Give again the lines of the data from its first line through the line with "v 6.062 1.064 104.556". Change nothing.

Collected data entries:
────────────────────

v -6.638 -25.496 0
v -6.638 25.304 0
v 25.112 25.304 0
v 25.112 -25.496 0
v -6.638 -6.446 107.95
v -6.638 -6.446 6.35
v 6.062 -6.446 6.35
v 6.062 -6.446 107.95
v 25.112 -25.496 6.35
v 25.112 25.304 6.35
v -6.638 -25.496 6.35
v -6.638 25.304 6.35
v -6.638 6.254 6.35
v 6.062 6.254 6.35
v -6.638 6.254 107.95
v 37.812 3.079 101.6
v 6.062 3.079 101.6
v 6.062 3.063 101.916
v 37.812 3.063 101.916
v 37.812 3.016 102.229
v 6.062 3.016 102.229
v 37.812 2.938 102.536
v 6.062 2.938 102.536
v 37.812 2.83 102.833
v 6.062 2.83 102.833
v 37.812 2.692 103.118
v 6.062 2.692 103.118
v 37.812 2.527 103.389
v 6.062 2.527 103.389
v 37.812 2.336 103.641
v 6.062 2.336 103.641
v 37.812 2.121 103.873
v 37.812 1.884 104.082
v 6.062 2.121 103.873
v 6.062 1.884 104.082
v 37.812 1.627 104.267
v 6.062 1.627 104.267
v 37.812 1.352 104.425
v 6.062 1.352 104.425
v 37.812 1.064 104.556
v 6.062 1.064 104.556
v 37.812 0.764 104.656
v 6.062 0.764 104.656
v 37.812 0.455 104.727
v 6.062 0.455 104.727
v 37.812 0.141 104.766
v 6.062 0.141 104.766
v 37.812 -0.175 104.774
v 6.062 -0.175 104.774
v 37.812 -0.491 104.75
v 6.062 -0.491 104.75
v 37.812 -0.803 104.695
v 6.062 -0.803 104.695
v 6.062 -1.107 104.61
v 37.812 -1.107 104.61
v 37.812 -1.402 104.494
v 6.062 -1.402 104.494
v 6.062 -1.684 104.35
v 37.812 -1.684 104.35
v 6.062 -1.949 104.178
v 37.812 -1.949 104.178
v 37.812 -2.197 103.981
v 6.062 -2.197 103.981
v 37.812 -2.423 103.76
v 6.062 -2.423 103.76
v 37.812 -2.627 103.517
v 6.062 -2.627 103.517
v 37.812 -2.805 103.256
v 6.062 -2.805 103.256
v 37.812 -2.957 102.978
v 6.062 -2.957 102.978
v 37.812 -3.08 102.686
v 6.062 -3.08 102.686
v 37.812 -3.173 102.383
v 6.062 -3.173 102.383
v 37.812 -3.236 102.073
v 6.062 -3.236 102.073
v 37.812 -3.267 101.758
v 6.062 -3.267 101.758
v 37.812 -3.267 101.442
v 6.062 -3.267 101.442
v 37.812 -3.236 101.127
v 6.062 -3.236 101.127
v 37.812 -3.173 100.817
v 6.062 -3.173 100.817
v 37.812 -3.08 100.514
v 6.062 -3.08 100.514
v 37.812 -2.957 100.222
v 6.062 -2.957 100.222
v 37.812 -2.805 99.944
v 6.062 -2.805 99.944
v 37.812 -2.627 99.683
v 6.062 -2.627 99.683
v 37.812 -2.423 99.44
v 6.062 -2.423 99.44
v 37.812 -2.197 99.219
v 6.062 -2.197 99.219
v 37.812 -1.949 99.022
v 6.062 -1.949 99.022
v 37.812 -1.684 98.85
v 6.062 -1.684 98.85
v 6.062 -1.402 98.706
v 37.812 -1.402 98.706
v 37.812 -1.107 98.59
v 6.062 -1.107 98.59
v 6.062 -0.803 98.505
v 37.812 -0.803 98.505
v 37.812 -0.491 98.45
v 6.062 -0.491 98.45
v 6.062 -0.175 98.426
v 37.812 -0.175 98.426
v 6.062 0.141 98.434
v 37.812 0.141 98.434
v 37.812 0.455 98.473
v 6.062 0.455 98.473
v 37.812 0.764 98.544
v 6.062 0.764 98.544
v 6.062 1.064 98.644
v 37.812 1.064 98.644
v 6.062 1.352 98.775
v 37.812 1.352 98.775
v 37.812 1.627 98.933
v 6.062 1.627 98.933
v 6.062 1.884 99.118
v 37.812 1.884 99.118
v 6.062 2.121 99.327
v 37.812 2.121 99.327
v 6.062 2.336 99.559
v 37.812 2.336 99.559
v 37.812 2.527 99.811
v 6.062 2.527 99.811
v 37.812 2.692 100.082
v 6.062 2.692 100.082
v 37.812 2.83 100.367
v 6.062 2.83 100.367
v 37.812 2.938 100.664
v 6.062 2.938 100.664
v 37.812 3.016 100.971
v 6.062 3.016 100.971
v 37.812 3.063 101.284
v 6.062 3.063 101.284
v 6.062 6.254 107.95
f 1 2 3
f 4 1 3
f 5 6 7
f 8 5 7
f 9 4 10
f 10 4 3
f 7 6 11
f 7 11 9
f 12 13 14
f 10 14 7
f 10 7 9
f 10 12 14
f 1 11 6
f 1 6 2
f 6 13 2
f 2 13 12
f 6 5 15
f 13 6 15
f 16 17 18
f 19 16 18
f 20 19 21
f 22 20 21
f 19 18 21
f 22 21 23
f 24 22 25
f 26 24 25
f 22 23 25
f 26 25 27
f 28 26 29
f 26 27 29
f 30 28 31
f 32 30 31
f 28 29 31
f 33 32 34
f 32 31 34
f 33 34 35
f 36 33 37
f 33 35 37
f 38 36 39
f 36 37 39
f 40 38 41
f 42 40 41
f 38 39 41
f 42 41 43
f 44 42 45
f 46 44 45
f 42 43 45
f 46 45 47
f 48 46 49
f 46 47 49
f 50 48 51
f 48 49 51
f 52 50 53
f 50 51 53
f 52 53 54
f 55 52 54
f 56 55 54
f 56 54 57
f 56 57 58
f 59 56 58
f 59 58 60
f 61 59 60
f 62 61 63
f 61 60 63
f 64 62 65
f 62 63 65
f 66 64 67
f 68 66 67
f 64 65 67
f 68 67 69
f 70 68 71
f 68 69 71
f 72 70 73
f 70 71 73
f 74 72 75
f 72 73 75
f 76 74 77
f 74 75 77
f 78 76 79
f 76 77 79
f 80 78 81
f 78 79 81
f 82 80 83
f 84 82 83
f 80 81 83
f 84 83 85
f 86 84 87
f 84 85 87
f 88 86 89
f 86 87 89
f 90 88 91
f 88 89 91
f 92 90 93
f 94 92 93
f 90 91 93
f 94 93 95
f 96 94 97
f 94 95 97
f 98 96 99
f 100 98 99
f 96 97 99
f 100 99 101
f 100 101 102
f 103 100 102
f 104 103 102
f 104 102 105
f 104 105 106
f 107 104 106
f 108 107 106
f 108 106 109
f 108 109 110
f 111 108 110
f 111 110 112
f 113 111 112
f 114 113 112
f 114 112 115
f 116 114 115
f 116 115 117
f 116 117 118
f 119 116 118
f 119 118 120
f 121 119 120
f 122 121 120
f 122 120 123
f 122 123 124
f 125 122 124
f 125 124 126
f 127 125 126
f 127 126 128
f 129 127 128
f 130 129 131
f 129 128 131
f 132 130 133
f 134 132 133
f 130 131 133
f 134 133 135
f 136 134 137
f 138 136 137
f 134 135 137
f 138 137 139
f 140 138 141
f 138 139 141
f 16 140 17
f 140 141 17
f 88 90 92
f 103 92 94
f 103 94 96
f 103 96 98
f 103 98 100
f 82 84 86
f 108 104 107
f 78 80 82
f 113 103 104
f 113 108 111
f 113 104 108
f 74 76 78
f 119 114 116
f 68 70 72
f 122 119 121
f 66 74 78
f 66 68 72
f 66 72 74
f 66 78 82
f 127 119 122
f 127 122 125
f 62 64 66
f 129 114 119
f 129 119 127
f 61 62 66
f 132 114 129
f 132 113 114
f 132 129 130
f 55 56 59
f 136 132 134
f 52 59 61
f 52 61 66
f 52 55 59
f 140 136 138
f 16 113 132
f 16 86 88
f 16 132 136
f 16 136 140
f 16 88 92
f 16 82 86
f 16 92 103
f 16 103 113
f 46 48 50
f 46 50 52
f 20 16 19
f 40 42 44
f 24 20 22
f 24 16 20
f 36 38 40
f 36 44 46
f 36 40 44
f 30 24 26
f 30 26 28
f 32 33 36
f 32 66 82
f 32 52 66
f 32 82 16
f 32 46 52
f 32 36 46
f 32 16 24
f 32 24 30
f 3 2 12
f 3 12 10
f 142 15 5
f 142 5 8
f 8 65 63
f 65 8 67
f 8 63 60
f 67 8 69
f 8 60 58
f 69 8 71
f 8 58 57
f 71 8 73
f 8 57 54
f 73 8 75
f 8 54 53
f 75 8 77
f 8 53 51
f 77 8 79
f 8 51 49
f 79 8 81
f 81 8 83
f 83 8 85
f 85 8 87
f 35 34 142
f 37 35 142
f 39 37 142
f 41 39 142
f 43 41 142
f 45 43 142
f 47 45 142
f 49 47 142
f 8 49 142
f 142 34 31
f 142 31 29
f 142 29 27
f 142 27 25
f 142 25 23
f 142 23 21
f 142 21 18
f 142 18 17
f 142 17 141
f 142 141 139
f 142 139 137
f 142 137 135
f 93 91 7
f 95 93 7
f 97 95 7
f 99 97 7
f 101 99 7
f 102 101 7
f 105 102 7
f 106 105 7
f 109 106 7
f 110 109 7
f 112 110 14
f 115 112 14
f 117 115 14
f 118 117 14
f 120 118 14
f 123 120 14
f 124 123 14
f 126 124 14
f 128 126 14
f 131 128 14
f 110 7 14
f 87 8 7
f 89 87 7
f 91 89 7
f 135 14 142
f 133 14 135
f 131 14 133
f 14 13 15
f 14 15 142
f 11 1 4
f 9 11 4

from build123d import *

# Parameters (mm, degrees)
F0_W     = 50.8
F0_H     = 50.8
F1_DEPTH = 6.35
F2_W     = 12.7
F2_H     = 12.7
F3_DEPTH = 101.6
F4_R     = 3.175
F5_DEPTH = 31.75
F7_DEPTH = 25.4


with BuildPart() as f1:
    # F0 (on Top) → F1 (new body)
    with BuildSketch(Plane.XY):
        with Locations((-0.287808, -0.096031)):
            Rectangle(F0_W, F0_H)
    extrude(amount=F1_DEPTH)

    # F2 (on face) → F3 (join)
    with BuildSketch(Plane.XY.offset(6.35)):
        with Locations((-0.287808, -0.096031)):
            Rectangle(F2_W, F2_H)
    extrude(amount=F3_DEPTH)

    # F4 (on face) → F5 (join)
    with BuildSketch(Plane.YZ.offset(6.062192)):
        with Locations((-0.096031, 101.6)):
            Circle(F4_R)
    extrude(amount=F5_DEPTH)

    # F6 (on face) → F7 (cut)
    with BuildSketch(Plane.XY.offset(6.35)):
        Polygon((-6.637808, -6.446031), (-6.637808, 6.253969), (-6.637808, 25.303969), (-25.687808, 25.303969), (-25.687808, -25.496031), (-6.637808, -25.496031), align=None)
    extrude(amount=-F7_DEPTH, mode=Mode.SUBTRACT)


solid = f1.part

────────────────────

# Answer below
v -6.638 -25.496 0
v -6.638 25.304 0
v 25.112 25.304 0
v 25.112 -25.496 0
v -6.638 -6.446 107.95
v -6.638 -6.446 6.35
v 6.062 -6.446 6.35
v 6.062 -6.446 107.95
v 25.112 -25.496 6.35
v 25.112 25.304 6.35
v -6.638 -25.496 6.35
v -6.638 25.304 6.35
v -6.638 6.254 6.35
v 6.062 6.254 6.35
v -6.638 6.254 107.95
v 37.812 3.079 101.6
v 6.062 3.079 101.6
v 6.062 3.063 101.916
v 37.812 3.063 101.916
v 37.812 3.016 102.229
v 6.062 3.016 102.229
v 37.812 2.938 102.536
v 6.062 2.938 102.536
v 37.812 2.83 102.833
v 6.062 2.83 102.833
v 37.812 2.692 103.118
v 6.062 2.692 103.118
v 37.812 2.527 103.389
v 6.062 2.527 103.389
v 37.812 2.336 103.641
v 6.062 2.336 103.641
v 37.812 2.121 103.873
v 37.812 1.884 104.082
v 6.062 2.121 103.873
v 6.062 1.884 104.082
v 37.812 1.627 104.267
v 6.062 1.627 104.267
v 37.812 1.352 104.425
v 6.062 1.352 104.425
v 37.812 1.064 104.556
v 6.062 1.064 104.556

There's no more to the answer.